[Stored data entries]
↓

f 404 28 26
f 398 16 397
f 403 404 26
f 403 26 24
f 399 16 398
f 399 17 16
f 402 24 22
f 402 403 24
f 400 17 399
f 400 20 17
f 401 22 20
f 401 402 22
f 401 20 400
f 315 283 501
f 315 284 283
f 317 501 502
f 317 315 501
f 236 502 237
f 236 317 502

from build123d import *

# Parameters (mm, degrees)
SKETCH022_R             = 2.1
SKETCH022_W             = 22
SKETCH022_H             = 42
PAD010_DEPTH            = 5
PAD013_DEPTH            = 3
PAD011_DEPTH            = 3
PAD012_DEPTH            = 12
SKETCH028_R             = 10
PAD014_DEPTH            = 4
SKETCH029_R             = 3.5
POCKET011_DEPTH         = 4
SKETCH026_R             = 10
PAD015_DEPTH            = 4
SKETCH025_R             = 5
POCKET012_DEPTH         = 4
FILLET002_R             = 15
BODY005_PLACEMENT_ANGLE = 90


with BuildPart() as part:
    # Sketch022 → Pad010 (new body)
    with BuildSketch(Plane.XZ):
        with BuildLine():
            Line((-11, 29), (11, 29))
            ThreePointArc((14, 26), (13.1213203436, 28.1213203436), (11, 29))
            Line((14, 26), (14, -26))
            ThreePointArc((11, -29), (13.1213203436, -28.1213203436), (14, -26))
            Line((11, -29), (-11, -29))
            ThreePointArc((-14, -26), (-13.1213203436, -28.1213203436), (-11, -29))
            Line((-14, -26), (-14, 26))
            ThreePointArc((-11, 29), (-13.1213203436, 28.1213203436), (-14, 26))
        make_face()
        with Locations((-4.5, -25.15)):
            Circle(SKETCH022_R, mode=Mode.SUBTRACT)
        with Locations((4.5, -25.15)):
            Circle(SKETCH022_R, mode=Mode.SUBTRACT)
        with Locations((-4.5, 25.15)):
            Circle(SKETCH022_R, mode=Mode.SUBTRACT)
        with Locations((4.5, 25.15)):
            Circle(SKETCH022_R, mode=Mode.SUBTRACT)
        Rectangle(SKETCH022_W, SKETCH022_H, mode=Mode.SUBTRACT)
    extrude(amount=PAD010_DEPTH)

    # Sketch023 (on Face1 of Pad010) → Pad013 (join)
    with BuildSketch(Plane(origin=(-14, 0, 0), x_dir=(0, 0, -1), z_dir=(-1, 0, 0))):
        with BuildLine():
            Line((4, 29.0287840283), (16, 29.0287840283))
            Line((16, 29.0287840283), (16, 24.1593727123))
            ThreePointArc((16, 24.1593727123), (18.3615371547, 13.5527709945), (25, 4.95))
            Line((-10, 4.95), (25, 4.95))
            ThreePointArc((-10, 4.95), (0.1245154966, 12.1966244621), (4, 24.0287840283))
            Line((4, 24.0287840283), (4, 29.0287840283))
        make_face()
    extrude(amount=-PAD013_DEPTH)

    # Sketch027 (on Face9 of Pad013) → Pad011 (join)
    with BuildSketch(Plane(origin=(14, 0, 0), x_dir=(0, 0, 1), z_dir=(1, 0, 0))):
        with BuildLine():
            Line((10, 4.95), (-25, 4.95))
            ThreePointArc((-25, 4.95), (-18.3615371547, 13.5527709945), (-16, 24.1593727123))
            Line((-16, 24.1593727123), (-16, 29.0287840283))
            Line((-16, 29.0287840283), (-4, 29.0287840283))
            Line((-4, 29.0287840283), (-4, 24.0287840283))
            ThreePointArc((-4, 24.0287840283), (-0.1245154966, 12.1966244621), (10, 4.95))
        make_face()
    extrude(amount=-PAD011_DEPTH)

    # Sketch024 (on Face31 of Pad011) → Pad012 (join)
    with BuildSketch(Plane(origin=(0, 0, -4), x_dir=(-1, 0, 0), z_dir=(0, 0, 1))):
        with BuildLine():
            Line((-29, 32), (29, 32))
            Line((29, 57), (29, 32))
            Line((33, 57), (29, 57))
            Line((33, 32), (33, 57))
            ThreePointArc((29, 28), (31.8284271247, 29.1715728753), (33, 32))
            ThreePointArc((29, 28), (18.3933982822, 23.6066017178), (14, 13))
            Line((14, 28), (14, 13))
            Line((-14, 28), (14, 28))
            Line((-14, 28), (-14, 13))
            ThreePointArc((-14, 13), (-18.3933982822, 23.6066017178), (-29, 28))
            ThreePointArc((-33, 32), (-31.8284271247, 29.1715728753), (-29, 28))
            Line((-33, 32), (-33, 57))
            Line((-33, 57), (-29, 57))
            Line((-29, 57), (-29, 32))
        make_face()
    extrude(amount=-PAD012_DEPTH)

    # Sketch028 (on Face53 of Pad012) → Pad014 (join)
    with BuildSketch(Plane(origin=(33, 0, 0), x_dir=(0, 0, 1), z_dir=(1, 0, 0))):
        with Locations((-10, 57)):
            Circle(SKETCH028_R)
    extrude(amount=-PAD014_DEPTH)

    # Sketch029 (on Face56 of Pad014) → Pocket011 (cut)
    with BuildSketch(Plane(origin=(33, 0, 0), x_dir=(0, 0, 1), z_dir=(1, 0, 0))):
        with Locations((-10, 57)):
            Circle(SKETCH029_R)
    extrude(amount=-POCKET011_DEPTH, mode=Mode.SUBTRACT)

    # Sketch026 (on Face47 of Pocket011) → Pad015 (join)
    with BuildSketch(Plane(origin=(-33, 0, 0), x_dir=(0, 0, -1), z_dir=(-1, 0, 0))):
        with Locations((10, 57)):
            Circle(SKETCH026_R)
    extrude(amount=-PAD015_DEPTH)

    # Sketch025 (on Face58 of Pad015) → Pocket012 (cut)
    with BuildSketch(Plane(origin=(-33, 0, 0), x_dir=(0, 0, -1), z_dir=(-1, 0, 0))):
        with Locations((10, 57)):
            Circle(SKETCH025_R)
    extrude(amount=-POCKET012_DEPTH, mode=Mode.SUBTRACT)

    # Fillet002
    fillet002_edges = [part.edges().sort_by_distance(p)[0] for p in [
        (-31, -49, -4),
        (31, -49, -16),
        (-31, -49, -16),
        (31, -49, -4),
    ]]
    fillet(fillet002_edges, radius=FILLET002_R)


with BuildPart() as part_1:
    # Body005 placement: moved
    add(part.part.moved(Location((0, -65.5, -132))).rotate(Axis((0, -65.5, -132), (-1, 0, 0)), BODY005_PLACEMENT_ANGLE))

↑

● Assignment: Within the data above, the lines from the one with "Circle(SKETCH028_R)" to the one with "# Body005 placement: moved" must be repeated exactly; no other line belongs in the answer.

● Reply:
            Circle(SKETCH028_R)
    extrude(amount=-PAD014_DEPTH)

    # Sketch029 (on Face56 of Pad014) → Pocket011 (cut)
    with BuildSketch(Plane(origin=(33, 0, 0), x_dir=(0, 0, 1), z_dir=(1, 0, 0))):
        with Locations((-10, 57)):
            Circle(SKETCH029_R)
    extrude(amount=-POCKET011_DEPTH, mode=Mode.SUBTRACT)

    # Sketch026 (on Face47 of Pocket011) → Pad015 (join)
    with BuildSketch(Plane(origin=(-33, 0, 0), x_dir=(0, 0, -1), z_dir=(-1, 0, 0))):
        with Locations((10, 57)):
            Circle(SKETCH026_R)
    extrude(amount=-PAD015_DEPTH)

    # Sketch025 (on Face58 of Pad015) → Pocket012 (cut)
    with BuildSketch(Plane(origin=(-33, 0, 0), x_dir=(0, 0, -1), z_dir=(-1, 0, 0))):
        with Locations((10, 57)):
            Circle(SKETCH025_R)
    extrude(amount=-POCKET012_DEPTH, mode=Mode.SUBTRACT)

    # Fillet002
    fillet002_edges = [part.edges().sort_by_distance(p)[0] for p in [
        (-31, -49, -4),
        (31, -49, -16),
        (-31, -49, -16),
        (31, -49, -4),
    ]]
    fillet(fillet002_edges, radius=FILLET002_R)


with BuildPart() as part_1:
    # Body005 placement: moved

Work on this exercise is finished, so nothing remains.